Она сказала совершенную правду, потому что она переменила так много мест, что ее враги начали утверждать, будто она нигде не может жить более года по той причине, что ее хозяева тогда узнают ее настоящий характер.
— Я занимала доверенные места, — сказала мистрисс Поуэлль, — и с сожалением должна сказать, что я видела много семейных несчастий от красивых слуг, наружность и обращение которых выше их сословий. Мистер Коньерс вовсе не такой человек, которого я желала бы видеть в семействе, где находятся дамы.
Болезненная слабость, какой-то холодный трепет пробежал по геркулесовскому стану Джона, когда мистрисс Поуэлль выражалась таким образом. Это чувство было так неопределенно, что он сам не знал нравственное или физическое было оно, так же как он не знал, что ему не нравилось в словах вдовы прапорщика. Это чувство было так же скоропреходящее, как неопределенное. Честные голубые глаза Джона с удивлением осмотрелись вокруг комнаты.
— Где Аврора? — спросил он, — ушла спать?
— Я думаю, что мистрисс Меллиш легла, — отвечала мистрисс Поуэлль.
— Так и я тоже пойду. Без нее точно как в тюрьме, — сказал мистер Меллиш с приятным чистосердечием. — Может быть, вы будете так добры, сделаете мне стакан грога прежде чем я уйду, мистрисс Поуэлль: меня пронимает дрожь после этих счетов.
Он встал, чтобы позвонить в колокольчик; но прежде чем он отошел на три шага от дивана, нетерпеливый стук в закрытую дверь балкона остановил его.
— Кто это? — воскликнул он, устремив глаза в ту сторону, откуда послышался стук.
Мистрисс Поуэлль встала прислушаться с лицом, не выражавшим ничего, кроме невинного удивления.
Стук повторился громче и нетерпеливее прежнего.
— Это, должно быть, кто-нибудь из слуг, — пробормотал Джон, — но зачем же он не обойдет кругом к заднему входу? Однако я не могу же держать беднягу на воздухе в такую ночь, — прибавил он добродушно, отворяя балкон.
Он выглянул в темноту и дождь.
Аврора, дрожа в своей промокшей одежде, стояла в нескольких шагах от него, и дождь тяжело бил ее по голове. Даже в этой темноте муж узнал ее.
— Ангел мой! — закричал он, — это ты? В такой дождь и в такую ночь! Войди же скорее, ради Бога, ты, должно быть, промокла до костей.
Аврора вошла в комнату. Дождь струился с ее кисейного платья на ковер, по которому она шла, а складки ее кружевной косынки прилипли к ее лицу.

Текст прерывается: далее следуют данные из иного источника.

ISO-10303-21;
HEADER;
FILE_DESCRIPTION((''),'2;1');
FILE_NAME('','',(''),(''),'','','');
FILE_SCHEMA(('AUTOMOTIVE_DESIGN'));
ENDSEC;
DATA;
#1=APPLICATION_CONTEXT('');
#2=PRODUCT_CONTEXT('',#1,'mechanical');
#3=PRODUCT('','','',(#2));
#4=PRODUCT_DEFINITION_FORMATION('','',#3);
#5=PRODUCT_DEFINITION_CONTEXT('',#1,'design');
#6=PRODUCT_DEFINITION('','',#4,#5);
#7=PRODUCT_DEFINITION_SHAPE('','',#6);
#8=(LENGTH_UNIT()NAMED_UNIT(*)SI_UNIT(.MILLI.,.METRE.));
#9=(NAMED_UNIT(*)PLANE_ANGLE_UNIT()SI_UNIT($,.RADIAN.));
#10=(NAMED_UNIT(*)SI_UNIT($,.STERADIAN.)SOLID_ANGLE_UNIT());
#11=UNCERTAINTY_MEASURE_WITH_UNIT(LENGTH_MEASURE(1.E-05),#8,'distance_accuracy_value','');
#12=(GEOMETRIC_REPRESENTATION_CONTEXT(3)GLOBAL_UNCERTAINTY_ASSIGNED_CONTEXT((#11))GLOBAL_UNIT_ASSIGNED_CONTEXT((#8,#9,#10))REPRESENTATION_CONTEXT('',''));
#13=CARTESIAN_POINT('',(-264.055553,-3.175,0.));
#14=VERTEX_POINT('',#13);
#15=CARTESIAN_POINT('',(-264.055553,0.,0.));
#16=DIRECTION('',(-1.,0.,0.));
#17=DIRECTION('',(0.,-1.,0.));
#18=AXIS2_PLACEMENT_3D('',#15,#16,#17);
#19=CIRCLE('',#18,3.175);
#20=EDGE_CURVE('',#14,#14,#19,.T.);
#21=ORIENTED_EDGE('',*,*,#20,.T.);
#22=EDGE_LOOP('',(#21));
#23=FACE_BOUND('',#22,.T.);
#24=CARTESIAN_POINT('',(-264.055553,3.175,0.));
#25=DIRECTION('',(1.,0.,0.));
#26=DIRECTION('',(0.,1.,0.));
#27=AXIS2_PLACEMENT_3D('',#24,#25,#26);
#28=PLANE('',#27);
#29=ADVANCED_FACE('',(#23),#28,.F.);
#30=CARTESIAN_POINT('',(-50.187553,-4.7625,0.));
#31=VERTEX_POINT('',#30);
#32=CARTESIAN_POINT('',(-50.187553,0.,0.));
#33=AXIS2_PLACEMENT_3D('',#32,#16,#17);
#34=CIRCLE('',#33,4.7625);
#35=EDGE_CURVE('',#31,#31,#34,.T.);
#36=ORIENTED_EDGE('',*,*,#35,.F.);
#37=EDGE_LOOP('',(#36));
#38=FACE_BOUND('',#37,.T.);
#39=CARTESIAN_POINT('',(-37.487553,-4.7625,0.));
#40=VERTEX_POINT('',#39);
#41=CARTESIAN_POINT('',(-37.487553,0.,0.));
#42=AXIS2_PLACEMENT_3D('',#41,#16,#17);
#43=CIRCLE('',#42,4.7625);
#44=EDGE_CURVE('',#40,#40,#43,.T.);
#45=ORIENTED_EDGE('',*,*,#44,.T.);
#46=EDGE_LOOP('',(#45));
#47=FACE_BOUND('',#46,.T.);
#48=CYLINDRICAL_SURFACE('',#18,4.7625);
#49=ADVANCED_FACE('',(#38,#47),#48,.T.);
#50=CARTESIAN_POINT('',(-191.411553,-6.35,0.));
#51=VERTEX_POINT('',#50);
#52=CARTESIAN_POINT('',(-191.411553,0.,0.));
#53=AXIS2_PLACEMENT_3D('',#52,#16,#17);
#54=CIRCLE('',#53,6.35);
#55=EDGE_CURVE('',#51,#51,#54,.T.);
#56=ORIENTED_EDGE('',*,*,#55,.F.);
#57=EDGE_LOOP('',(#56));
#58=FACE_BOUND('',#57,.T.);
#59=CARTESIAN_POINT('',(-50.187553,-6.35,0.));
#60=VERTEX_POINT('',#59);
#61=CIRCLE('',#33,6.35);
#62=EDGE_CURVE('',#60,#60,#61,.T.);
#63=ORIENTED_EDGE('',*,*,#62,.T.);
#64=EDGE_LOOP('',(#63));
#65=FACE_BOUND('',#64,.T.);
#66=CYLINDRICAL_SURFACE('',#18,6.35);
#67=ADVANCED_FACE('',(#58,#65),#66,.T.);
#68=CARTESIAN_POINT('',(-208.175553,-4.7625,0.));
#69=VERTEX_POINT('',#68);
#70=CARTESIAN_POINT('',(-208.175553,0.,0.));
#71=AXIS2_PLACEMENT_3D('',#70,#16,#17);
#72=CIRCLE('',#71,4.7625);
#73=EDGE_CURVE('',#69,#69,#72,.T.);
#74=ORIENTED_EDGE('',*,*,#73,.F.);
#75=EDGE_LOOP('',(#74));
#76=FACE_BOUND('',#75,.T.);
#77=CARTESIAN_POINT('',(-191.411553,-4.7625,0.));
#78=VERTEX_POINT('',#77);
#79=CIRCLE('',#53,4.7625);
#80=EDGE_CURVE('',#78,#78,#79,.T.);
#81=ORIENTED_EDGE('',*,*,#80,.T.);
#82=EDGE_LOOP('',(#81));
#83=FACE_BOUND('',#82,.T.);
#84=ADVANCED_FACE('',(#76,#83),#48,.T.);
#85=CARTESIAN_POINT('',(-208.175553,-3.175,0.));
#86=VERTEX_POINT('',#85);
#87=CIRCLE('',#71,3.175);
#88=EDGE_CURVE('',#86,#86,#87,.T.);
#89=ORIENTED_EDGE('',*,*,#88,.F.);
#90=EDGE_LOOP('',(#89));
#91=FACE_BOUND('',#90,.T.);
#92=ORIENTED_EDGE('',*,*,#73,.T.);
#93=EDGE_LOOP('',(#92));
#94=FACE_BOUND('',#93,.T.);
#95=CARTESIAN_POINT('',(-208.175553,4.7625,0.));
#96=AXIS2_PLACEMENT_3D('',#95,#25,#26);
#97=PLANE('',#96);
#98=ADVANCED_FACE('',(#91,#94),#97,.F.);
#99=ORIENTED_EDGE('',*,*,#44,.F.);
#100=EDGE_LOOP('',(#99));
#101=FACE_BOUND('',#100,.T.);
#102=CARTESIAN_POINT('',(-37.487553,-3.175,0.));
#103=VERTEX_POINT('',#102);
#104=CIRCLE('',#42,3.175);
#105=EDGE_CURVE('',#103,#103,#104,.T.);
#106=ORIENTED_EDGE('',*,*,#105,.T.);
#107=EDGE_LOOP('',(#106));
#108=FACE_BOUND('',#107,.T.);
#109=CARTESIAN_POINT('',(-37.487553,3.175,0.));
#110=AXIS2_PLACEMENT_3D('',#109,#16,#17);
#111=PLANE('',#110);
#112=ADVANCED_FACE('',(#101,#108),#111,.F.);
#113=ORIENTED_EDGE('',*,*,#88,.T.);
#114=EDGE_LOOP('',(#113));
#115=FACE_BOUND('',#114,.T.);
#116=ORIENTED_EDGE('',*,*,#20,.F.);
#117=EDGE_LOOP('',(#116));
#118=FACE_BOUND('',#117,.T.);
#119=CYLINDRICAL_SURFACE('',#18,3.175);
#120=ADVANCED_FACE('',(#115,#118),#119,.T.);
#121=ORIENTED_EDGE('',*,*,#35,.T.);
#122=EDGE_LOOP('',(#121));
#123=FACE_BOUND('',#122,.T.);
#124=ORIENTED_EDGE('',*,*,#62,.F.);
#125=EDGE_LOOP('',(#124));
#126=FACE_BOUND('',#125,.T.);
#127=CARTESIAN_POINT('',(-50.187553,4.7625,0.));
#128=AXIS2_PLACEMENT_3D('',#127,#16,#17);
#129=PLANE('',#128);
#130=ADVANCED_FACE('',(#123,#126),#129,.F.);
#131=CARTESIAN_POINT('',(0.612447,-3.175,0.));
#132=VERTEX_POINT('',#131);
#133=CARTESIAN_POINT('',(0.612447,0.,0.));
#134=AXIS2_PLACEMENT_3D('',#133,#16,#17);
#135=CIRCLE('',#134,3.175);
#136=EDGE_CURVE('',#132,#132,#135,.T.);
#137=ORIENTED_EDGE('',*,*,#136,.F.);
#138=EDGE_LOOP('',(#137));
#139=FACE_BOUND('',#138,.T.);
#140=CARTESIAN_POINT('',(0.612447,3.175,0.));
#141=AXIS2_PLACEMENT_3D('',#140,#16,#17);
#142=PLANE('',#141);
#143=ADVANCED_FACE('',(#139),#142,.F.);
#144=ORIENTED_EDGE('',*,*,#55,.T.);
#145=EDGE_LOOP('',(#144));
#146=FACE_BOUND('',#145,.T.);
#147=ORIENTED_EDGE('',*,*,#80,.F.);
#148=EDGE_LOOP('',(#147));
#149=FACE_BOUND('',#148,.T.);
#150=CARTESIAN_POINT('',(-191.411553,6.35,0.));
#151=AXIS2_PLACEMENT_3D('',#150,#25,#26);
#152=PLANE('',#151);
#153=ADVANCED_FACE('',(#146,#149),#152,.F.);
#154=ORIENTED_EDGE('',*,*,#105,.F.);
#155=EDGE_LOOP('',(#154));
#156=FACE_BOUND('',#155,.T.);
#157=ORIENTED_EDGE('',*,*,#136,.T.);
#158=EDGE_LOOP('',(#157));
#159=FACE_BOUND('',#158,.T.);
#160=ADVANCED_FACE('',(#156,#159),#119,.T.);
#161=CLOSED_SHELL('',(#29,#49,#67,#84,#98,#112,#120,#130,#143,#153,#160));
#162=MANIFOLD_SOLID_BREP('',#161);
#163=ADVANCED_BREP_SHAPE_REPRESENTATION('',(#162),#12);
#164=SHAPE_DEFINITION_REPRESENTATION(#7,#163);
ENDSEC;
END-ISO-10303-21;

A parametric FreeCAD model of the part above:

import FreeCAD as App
import Part
import Sketcher
from FreeCAD import Vector
Q = App.Units.Quantity

doc = App.newDocument("Part")
body = doc.addObject("PartDesign::Body", "Body")

# Sketch on XY plane
sketch1 = body.newObject("Sketcher::SketchObject", "Sketch")
sketch1.AttachmentSupport = (doc.getObject("XY_Plane"), [""])
sketch1.MapMode = "FlatFace"
sketch1.addGeometry(Part.LineSegment(Vector(0.612447, 0, 0), Vector(0.612447, 3.175, 0)), False)
sketch1.addGeometry(Part.LineSegment(Vector(0.612447, 3.175, 0), Vector(-37.487553, 3.175, 0)), False)
sketch1.addGeometry(Part.LineSegment(Vector(-37.487553, 3.175, 0), Vector(-37.487553, 4.7625, 0)), False)
sketch1.addGeometry(Part.LineSegment(Vector(-37.487553, 4.7625, 0), Vector(-50.187553, 4.7625, 0)), False)
sketch1.addGeometry(Part.LineSegment(Vector(-50.187553, 4.7625, 0), Vector(-50.187553, 6.35, 0)), False)
sketch1.addGeometry(Part.LineSegment(Vector(-50.187553, 6.35, 0), Vector(-191.411553, 6.35, 0)), False)
sketch1.addGeometry(Part.LineSegment(Vector(-191.411553, 6.35, 0), Vector(-191.411553, 4.7625, 0)), False)
sketch1.addGeometry(Part.LineSegment(Vector(-191.411553, 4.7625, 0), Vector(-208.175553, 4.7625, 0)), False)
sketch1.addGeometry(Part.LineSegment(Vector(-208.175553, 4.7625, 0), Vector(-208.175553, 3.175, 0)), False)
sketch1.addGeometry(Part.LineSegment(Vector(-208.175553, 3.175, 0), Vector(-264.055553, 3.175, 0)), False)
sketch1.addGeometry(Part.LineSegment(Vector(-264.055553, 3.175, 0), Vector(-264.055553, 0, 0)), False)
sketch1.addGeometry(Part.LineSegment(Vector(-264.055553, 0, 0), Vector(0.612447, 0, 0)), False)
sketch1.addConstraint(Sketcher.Constraint("Coincident", 0, 2, 1, 1))
sketch1.addConstraint(Sketcher.Constraint("Coincident", 1, 2, 2, 1))
sketch1.addConstraint(Sketcher.Constraint("Coincident", 2, 2, 3, 1))
sketch1.addConstraint(Sketcher.Constraint("Coincident", 3, 2, 4, 1))
sketch1.addConstraint(Sketcher.Constraint("Coincident", 4, 2, 5, 1))
sketch1.addConstraint(Sketcher.Constraint("Coincident", 5, 2, 6, 1))
sketch1.addConstraint(Sketcher.Constraint("Coincident", 6, 2, 7, 1))
sketch1.addConstraint(Sketcher.Constraint("Coincident", 7, 2, 8, 1))
sketch1.addConstraint(Sketcher.Constraint("Coincident", 8, 2, 9, 1))
sketch1.addConstraint(Sketcher.Constraint("Coincident", 9, 2, 10, 1))
sketch1.addConstraint(Sketcher.Constraint("Coincident", 10, 2, 11, 1))
sketch1.addConstraint(Sketcher.Constraint("Coincident", 11, 2, 0, 1))
sketch1.addConstraint(Sketcher.Constraint("Vertical", 0))
sketch1.addConstraint(Sketcher.Constraint("Horizontal", 1))
sketch1.addConstraint(Sketcher.Constraint("Vertical", 2))
sketch1.addConstraint(Sketcher.Constraint("Horizontal", 3))
sketch1.addConstraint(Sketcher.Constraint("Vertical", 4))
sketch1.addConstraint(Sketcher.Constraint("Horizontal", 5))
sketch1.addConstraint(Sketcher.Constraint("Vertical", 6))
sketch1.addConstraint(Sketcher.Constraint("Horizontal", 7))
sketch1.addConstraint(Sketcher.Constraint("Vertical", 8))
sketch1.addConstraint(Sketcher.Constraint("Horizontal", 9))
sketch1.addConstraint(Sketcher.Constraint("Vertical", 10))
sketch1.addConstraint(Sketcher.Constraint("Horizontal", 11))
sketch1.addConstraint(Sketcher.Constraint("PointOnObject", 10, 2, -1))
sketch1.addConstraint(Sketcher.Constraint("Horizontal", 3, 2, 6, 2))
sketch1.addConstraint(Sketcher.Constraint("Horizontal", 1, 2, 8, 2))
sketch1.addConstraint(Sketcher.Constraint("Equal", 2, 4))
sketch1.addConstraint(Sketcher.Constraint("DistanceX", 1, 2, 1, 1, Q("1.5 in")))
sketch1.addConstraint(Sketcher.Constraint("DistanceX", 3, 2, 3, 1, Q("0.5 in")))
sketch1.addConstraint(Sketcher.Constraint("DistanceX", 9, 2, 9, 1, Q("2.2 in")))
sketch1.addConstraint(Sketcher.Constraint("DistanceX", 5, 2, 5, 1, Q("5.56 in")))
sketch1.addConstraint(Sketcher.Constraint("DistanceX", 7, 2, 7, 1, Q("0.66 in")))
sketch1.addConstraint(Sketcher.Constraint("DistanceY", 0, 1, 0, 2, Q("0.125 in")))
sketch1.addConstraint(Sketcher.Constraint("DistanceY", 2, 1, 2, 2, Q("0.0625 in")))
sketch1.addConstraint(Sketcher.Constraint("DistanceX", -1, 1, 0, 2, 0.612447))
revolution = body.newObject("PartDesign::Revolution", "Revolution")
revolution.Profile = sketch1
revolution.ReferenceAxis = (sketch1, ["H_Axis"])
revolution.Angle = 360

doc.recompute()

— Зачем вы позволили запереть дверь? — сказала она, обратившись к мистрисс Поуэлль, которая встала и казалась олицетворением беспокойства и сочувствия. — Ведь вы знали, что я в саду.
— Да, но я думала, что вы воротились, любезная мистрисс Меллиш, — сказала вдова прапорщика, суетясь около мокрой косынки Авроры, которую она хотела снять; но мистрисс Меллиш нетерпеливо вырвала ее у нее. — Конечно, я видела, как вы вышли, как вы сошли с луга по направлению к северному домику, но я думала, что вы давно уже воротились.
Румянец сбежал с лица Джона Меллиша.
— К северному домику, — сказал он. — Ты ходила к северному домику?